REQUIRED ACTION: A word-for-word printout of the listing below is needed.

────────

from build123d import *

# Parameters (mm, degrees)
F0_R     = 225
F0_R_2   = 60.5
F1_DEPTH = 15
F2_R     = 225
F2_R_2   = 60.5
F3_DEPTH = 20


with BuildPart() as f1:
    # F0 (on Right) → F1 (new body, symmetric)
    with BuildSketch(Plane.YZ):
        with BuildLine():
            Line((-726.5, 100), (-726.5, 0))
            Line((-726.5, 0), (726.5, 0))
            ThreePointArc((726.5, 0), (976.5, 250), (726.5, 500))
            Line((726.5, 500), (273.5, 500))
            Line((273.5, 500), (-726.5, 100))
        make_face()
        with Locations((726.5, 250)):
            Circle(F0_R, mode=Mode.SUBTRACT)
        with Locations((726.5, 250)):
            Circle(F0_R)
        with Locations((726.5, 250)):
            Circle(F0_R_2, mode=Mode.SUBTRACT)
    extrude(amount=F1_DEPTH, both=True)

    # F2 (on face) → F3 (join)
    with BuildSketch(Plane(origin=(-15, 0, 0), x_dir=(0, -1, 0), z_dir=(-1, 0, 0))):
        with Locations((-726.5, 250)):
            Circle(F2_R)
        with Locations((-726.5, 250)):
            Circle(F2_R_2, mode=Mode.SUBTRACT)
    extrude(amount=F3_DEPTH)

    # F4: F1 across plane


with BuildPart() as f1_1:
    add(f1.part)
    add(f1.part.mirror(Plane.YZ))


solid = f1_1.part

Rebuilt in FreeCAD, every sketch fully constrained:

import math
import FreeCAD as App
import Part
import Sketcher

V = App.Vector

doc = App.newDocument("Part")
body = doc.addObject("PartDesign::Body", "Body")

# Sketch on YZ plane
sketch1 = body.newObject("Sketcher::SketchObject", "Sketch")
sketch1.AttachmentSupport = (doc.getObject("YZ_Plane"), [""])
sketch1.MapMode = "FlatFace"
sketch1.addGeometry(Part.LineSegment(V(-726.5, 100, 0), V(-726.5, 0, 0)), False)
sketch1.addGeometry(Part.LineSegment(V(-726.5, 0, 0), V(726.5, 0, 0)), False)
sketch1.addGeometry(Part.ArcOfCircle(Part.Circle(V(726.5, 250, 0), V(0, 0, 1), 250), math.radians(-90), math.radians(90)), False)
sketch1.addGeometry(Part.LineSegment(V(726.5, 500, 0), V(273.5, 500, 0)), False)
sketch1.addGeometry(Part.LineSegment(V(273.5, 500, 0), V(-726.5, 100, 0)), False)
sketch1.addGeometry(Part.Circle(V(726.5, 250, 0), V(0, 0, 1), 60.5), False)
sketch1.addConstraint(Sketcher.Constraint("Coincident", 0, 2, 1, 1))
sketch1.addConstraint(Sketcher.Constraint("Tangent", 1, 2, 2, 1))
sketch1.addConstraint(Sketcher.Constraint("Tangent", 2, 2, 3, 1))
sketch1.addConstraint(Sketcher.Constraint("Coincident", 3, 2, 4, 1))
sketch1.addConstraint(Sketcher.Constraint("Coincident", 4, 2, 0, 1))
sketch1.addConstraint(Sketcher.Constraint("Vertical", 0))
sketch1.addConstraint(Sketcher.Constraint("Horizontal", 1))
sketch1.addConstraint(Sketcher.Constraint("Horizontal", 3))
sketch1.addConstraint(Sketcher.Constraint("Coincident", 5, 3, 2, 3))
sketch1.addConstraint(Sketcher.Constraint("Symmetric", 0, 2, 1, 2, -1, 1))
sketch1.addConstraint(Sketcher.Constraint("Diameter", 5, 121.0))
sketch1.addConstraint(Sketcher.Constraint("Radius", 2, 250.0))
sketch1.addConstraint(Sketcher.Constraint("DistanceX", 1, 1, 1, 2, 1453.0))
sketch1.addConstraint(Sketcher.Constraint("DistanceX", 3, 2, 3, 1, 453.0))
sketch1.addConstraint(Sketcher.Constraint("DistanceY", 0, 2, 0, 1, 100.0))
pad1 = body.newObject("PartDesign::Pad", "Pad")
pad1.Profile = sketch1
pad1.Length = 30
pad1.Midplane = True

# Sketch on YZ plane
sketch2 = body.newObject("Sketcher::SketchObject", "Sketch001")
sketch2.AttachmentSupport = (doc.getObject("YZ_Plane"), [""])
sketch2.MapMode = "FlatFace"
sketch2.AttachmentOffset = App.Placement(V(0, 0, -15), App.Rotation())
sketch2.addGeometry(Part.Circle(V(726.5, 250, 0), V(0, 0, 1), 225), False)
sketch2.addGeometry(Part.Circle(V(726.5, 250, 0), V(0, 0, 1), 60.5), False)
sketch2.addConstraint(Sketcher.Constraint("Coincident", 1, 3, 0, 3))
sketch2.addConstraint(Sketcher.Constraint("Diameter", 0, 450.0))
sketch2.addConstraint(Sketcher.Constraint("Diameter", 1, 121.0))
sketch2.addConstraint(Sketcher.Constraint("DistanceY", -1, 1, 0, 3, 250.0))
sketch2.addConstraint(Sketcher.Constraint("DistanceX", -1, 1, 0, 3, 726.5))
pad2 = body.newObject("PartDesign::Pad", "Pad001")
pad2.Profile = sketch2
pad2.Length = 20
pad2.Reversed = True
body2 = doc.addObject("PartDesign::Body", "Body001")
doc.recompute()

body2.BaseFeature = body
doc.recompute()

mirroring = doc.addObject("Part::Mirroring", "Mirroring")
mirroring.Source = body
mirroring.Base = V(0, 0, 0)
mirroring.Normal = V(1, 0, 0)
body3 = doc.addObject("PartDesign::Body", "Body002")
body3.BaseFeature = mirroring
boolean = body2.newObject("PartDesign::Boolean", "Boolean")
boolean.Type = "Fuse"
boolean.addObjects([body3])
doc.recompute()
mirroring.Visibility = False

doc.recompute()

────────

ANSWER FOR THIS EXERCISE:
from build123d import *

# Parameters (mm, degrees)
F0_R     = 225
F0_R_2   = 60.5
F1_DEPTH = 15
F2_R     = 225
F2_R_2   = 60.5
F3_DEPTH = 20


with BuildPart() as f1:
    # F0 (on Right) → F1 (new body, symmetric)
    with BuildSketch(Plane.YZ):
        with BuildLine():
            Line((-726.5, 100), (-726.5, 0))
            Line((-726.5, 0), (726.5, 0))
            ThreePointArc((726.5, 0), (976.5, 250), (726.5, 500))
            Line((726.5, 500), (273.5, 500))
            Line((273.5, 500), (-726.5, 100))
        make_face()
        with Locations((726.5, 250)):
            Circle(F0_R, mode=Mode.SUBTRACT)
        with Locations((726.5, 250)):
            Circle(F0_R)
        with Locations((726.5, 250)):
            Circle(F0_R_2, mode=Mode.SUBTRACT)
    extrude(amount=F1_DEPTH, both=True)

    # F2 (on face) → F3 (join)
    with BuildSketch(Plane(origin=(-15, 0, 0), x_dir=(0, -1, 0), z_dir=(-1, 0, 0))):
        with Locations((-726.5, 250)):
            Circle(F2_R)
        with Locations((-726.5, 250)):
            Circle(F2_R_2, mode=Mode.SUBTRACT)
    extrude(amount=F3_DEPTH)

    # F4: F1 across plane


with BuildPart() as f1_1:
    add(f1.part)
    add(f1.part.mirror(Plane.YZ))


solid = f1_1.part

Rebuilt in FreeCAD, every sketch fully constrained:

import math
import FreeCAD as App
import Part
import Sketcher

V = App.Vector

doc = App.newDocument("Part")
body = doc.addObject("PartDesign::Body", "Body")

# Sketch on YZ plane
sketch1 = body.newObject("Sketcher::SketchObject", "Sketch")
sketch1.AttachmentSupport = (doc.getObject("YZ_Plane"), [""])
sketch1.MapMode = "FlatFace"
sketch1.addGeometry(Part.LineSegment(V(-726.5, 100, 0), V(-726.5, 0, 0)), False)
sketch1.addGeometry(Part.LineSegment(V(-726.5, 0, 0), V(726.5, 0, 0)), False)
sketch1.addGeometry(Part.ArcOfCircle(Part.Circle(V(726.5, 250, 0), V(0, 0, 1), 250), math.radians(-90), math.radians(90)), False)
sketch1.addGeometry(Part.LineSegment(V(726.5, 500, 0), V(273.5, 500, 0)), False)
sketch1.addGeometry(Part.LineSegment(V(273.5, 500, 0), V(-726.5, 100, 0)), False)
sketch1.addGeometry(Part.Circle(V(726.5, 250, 0), V(0, 0, 1), 60.5), False)
sketch1.addConstraint(Sketcher.Constraint("Coincident", 0, 2, 1, 1))
sketch1.addConstraint(Sketcher.Constraint("Tangent", 1, 2, 2, 1))
sketch1.addConstraint(Sketcher.Constraint("Tangent", 2, 2, 3, 1))
sketch1.addConstraint(Sketcher.Constraint("Coincident", 3, 2, 4, 1))
sketch1.addConstraint(Sketcher.Constraint("Coincident", 4, 2, 0, 1))
sketch1.addConstraint(Sketcher.Constraint("Vertical", 0))
sketch1.addConstraint(Sketcher.Constraint("Horizontal", 1))
sketch1.addConstraint(Sketcher.Constraint("Horizontal", 3))
sketch1.addConstraint(Sketcher.Constraint("Coincident", 5, 3, 2, 3))
sketch1.addConstraint(Sketcher.Constraint("Symmetric", 0, 2, 1, 2, -1, 1))
sketch1.addConstraint(Sketcher.Constraint("Diameter", 5, 121.0))
sketch1.addConstraint(Sketcher.Constraint("Radius", 2, 250.0))
sketch1.addConstraint(Sketcher.Constraint("DistanceX", 1, 1, 1, 2, 1453.0))
sketch1.addConstraint(Sketcher.Constraint("DistanceX", 3, 2, 3, 1, 453.0))
sketch1.addConstraint(Sketcher.Constraint("DistanceY", 0, 2, 0, 1, 100.0))
pad1 = body.newObject("PartDesign::Pad", "Pad")
pad1.Profile = sketch1
pad1.Length = 30
pad1.Midplane = True

# Sketch on YZ plane
sketch2 = body.newObject("Sketcher::SketchObject", "Sketch001")
sketch2.AttachmentSupport = (doc.getObject("YZ_Plane"), [""])
sketch2.MapMode = "FlatFace"
sketch2.AttachmentOffset = App.Placement(V(0, 0, -15), App.Rotation())
sketch2.addGeometry(Part.Circle(V(726.5, 250, 0), V(0, 0, 1), 225), False)
sketch2.addGeometry(Part.Circle(V(726.5, 250, 0), V(0, 0, 1), 60.5), False)
sketch2.addConstraint(Sketcher.Constraint("Coincident", 1, 3, 0, 3))
sketch2.addConstraint(Sketcher.Constraint("Diameter", 0, 450.0))
sketch2.addConstraint(Sketcher.Constraint("Diameter", 1, 121.0))
sketch2.addConstraint(Sketcher.Constraint("DistanceY", -1, 1, 0, 3, 250.0))
sketch2.addConstraint(Sketcher.Constraint("DistanceX", -1, 1, 0, 3, 726.5))
pad2 = body.newObject("PartDesign::Pad", "Pad001")
pad2.Profile = sketch2
pad2.Length = 20
pad2.Reversed = True
body2 = doc.addObject("PartDesign::Body", "Body001")
doc.recompute()

body2.BaseFeature = body
doc.recompute()

mirroring = doc.addObject("Part::Mirroring", "Mirroring")
mirroring.Source = body
mirroring.Base = V(0, 0, 0)
mirroring.Normal = V(1, 0, 0)
body3 = doc.addObject("PartDesign::Body", "Body002")
body3.BaseFeature = mirroring
boolean = body2.newObject("PartDesign::Boolean", "Boolean")
boolean.Type = "Fuse"
boolean.addObjects([body3])
doc.recompute()
mirroring.Visibility = False

doc.recompute()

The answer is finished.